Collected data:
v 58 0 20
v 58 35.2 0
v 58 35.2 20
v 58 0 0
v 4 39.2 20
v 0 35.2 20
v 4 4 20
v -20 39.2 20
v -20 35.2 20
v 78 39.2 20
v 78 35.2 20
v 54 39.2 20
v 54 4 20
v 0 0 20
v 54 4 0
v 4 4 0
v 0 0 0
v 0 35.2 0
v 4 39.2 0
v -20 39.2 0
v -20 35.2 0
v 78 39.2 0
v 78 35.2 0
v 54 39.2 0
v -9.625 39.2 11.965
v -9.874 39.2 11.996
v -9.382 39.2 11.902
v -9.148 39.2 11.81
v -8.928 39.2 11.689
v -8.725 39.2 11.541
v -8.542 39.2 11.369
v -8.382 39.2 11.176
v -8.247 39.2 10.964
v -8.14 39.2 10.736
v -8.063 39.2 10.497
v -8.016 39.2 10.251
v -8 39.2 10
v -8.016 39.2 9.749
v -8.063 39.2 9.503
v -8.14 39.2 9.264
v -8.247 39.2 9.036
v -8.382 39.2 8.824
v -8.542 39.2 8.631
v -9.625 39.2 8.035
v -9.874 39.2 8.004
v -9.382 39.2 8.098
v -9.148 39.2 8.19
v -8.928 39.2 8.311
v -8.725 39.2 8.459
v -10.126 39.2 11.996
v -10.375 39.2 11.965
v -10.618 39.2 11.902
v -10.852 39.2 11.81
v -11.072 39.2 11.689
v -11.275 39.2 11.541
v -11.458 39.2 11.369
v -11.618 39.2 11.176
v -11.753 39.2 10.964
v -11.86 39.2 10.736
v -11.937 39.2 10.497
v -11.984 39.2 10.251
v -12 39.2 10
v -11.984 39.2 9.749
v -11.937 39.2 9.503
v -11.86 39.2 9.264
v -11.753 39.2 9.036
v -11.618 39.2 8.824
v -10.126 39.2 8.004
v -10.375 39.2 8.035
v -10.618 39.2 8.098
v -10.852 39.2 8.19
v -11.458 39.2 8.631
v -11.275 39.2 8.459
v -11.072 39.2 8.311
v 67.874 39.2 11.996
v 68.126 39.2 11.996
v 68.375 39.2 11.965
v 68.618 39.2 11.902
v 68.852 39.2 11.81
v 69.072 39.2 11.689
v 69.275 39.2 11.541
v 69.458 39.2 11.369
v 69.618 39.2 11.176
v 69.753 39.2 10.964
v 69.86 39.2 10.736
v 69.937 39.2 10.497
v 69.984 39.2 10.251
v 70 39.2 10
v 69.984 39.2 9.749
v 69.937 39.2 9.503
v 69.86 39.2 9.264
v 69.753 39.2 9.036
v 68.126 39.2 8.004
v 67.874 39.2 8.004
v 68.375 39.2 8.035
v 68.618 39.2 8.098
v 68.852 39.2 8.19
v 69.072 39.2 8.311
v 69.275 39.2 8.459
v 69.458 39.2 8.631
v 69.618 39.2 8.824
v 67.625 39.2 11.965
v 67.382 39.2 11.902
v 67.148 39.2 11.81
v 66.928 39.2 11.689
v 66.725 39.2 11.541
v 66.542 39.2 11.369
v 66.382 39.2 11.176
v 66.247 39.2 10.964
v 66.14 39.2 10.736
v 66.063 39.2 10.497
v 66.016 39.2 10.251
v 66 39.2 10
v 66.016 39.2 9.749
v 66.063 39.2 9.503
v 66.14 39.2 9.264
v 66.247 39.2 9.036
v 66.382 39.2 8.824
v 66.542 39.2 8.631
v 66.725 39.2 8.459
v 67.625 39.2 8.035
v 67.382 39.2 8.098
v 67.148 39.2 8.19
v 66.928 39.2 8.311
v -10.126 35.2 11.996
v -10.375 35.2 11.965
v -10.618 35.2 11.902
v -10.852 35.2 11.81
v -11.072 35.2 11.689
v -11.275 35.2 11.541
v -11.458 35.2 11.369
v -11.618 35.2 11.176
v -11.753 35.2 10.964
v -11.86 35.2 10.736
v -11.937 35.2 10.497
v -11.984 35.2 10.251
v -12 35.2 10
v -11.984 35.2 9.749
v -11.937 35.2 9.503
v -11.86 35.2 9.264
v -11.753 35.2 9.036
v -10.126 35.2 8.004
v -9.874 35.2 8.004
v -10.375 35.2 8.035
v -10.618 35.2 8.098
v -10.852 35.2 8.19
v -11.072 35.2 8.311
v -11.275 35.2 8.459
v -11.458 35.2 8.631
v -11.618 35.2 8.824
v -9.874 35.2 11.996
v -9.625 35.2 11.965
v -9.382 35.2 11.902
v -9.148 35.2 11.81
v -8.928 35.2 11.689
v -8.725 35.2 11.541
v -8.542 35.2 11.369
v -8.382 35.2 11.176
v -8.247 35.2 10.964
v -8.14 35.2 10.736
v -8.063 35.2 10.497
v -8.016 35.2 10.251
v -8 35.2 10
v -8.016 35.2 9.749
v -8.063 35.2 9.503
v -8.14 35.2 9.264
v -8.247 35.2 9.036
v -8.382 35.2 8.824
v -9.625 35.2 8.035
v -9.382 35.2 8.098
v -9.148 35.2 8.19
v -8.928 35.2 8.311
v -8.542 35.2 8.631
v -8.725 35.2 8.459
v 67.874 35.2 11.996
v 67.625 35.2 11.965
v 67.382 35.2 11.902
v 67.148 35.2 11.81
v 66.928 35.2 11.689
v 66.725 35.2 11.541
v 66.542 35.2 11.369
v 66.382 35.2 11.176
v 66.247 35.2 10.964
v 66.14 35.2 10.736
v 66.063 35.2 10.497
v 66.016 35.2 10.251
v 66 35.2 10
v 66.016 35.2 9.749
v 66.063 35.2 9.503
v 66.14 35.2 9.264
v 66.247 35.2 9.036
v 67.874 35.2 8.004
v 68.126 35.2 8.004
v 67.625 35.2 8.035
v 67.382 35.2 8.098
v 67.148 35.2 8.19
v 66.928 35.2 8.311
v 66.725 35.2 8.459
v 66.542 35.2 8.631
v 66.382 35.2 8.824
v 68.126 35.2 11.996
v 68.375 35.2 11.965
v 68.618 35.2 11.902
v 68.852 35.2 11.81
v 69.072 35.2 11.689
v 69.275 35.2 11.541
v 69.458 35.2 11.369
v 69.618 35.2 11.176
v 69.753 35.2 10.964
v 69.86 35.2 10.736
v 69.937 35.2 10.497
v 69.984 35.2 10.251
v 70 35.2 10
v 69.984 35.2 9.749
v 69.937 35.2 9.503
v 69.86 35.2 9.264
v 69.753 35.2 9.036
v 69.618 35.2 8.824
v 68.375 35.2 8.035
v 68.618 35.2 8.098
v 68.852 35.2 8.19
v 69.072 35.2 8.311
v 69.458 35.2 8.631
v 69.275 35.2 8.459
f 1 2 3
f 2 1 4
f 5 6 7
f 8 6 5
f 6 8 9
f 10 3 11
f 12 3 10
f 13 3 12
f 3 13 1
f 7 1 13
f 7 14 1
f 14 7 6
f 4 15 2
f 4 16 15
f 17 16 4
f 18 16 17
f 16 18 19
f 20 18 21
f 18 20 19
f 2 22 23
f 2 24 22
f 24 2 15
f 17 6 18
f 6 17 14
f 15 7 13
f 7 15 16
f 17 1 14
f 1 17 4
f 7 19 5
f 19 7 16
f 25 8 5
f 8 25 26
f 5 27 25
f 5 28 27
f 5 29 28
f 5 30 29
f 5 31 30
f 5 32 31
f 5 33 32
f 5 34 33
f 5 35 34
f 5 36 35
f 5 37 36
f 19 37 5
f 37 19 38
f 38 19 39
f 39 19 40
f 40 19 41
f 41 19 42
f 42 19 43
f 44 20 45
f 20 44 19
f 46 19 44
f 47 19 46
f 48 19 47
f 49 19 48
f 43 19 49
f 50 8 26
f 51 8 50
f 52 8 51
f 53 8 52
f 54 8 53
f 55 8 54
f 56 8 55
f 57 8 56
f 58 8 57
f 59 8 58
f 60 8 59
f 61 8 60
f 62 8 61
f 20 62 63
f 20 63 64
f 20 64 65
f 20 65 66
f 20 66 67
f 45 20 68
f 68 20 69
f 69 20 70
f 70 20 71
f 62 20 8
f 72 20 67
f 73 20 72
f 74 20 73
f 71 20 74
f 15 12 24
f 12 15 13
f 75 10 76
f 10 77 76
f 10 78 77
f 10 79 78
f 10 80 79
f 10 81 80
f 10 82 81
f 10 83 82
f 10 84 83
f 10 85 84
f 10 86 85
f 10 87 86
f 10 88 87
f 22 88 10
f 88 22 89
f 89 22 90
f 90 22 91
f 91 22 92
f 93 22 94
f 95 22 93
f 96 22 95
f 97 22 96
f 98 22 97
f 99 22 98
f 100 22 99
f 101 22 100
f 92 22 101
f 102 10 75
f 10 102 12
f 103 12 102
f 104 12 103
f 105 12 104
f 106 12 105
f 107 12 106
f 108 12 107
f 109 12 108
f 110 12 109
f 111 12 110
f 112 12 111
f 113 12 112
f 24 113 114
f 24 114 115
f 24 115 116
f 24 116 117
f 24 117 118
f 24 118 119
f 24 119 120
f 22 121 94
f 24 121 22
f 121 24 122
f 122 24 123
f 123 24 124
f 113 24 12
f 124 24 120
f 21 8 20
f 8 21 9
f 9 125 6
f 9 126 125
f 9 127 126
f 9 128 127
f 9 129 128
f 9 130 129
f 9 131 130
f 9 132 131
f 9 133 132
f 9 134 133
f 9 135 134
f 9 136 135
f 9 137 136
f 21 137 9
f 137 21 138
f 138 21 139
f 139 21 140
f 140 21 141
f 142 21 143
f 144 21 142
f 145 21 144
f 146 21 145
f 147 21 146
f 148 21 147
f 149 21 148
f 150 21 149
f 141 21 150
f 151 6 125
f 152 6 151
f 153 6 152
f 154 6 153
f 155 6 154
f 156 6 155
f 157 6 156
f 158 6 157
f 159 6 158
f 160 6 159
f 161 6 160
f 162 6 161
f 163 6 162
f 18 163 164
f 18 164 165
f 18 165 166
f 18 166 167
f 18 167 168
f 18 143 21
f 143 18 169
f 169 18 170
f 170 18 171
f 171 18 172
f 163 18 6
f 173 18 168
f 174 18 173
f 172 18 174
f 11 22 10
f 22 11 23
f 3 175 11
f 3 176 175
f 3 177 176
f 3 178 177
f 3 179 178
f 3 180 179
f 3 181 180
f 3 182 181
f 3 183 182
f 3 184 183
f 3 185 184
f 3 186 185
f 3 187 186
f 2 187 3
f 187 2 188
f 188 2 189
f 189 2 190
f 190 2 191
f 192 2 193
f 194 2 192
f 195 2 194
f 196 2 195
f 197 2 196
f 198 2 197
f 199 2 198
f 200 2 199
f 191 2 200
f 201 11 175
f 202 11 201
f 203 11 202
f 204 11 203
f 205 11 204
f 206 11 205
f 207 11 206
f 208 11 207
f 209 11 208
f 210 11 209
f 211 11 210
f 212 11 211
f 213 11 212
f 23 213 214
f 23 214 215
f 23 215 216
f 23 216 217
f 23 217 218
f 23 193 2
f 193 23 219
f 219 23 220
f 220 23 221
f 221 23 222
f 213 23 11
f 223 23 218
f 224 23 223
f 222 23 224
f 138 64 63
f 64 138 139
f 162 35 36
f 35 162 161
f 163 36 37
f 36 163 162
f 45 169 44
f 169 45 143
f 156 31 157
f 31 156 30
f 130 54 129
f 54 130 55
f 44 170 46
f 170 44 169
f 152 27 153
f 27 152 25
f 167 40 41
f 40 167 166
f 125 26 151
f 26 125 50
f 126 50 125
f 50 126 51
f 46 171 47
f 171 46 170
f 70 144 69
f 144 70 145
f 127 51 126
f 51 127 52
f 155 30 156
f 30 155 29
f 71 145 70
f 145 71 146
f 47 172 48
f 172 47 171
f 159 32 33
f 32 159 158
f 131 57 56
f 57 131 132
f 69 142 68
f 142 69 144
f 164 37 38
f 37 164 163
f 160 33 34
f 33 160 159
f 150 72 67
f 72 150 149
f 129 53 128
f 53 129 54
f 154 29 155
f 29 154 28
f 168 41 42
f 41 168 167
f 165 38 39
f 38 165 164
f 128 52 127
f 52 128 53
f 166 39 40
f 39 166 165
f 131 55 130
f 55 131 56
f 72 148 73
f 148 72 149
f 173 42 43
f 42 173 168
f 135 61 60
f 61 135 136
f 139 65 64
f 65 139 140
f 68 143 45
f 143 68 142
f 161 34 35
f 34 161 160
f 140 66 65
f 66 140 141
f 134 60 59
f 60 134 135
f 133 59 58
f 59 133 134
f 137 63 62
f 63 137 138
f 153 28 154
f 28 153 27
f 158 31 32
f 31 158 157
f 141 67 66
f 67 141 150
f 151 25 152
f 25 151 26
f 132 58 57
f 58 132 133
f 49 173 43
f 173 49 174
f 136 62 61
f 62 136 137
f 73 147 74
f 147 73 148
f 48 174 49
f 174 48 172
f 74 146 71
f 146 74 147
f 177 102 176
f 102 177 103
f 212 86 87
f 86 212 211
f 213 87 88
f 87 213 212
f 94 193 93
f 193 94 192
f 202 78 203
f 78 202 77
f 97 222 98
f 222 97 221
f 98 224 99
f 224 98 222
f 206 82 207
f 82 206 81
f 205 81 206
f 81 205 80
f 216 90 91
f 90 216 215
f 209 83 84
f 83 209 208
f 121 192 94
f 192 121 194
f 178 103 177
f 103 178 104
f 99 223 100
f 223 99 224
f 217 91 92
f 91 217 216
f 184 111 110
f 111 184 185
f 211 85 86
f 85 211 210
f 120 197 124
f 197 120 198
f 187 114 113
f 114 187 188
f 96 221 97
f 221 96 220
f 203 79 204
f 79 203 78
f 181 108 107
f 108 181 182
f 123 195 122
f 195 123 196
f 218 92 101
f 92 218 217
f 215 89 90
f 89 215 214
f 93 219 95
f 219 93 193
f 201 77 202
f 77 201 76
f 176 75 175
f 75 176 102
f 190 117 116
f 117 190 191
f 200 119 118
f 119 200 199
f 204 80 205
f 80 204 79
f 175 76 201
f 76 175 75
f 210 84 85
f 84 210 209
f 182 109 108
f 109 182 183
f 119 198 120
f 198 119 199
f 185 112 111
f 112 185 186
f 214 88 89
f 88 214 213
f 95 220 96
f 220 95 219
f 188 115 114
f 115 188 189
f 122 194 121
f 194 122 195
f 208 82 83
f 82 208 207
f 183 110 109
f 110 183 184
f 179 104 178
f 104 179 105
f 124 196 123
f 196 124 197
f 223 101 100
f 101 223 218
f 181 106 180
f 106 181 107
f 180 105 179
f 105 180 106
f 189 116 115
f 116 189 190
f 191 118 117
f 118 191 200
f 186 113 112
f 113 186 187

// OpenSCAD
//
//
//  Parametric mounting bracket
//
//  All dimensions are in mm
//
//

InsideWidth = 50;   // width of object being held
InsideHeight = 35.2;  // height of object being held
Span = 20;          // how wide you want the bracket to be
Thickness = 4;      // how thick the bracket material will be
FlangeSize = 20;    // how far the mounting flanges will stick out
Hole = 1;           // 1 = Holes, 0 = No holes
HoleDiameter = 4;   // size of mounting holes on the flanges

// Ok, begin

difference () {

union () {

cube([InsideWidth+(Thickness*2),Thickness,Span]);
cube([Thickness, InsideHeight+Thickness,Span]);
translate([InsideWidth+Thickness,0,0]) 
  cube([Thickness, InsideHeight+Thickness,Span]);
translate([-FlangeSize, InsideHeight,0])
  cube([FlangeSize+Thickness,Thickness,Span]);
translate([InsideWidth+Thickness, InsideHeight,0])
  cube([FlangeSize+Thickness,Thickness,Span]);
}

 if (Hole) {
 translate([-FlangeSize/2,InsideHeight,Span/2]) 
     rotate ([90,0,0]) 
     cylinder (h = Thickness+7, r=HoleDiameter/2, center = true, $fn=50);
 translate([InsideWidth+(Thickness*2)+FlangeSize/2,InsideHeight,Span/2]) 
     rotate ([90,0,0]) 
     cylinder (h = Thickness+7, r=HoleDiameter/2, center = true, $fn=50);
 }
}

_Exercise description_
Look back at the entries above. Retype the line with "f 73 147 74", the line with "f 224 98 222", and all lines in between.

_Result of this task_
f 73 147 74
f 147 73 148
f 48 174 49
f 174 48 172
f 74 146 71
f 146 74 147
f 177 102 176
f 102 177 103
f 212 86 87
f 86 212 211
f 213 87 88
f 87 213 212
f 94 193 93
f 193 94 192
f 202 78 203
f 78 202 77
f 97 222 98
f 222 97 221
f 98 224 99
f 224 98 222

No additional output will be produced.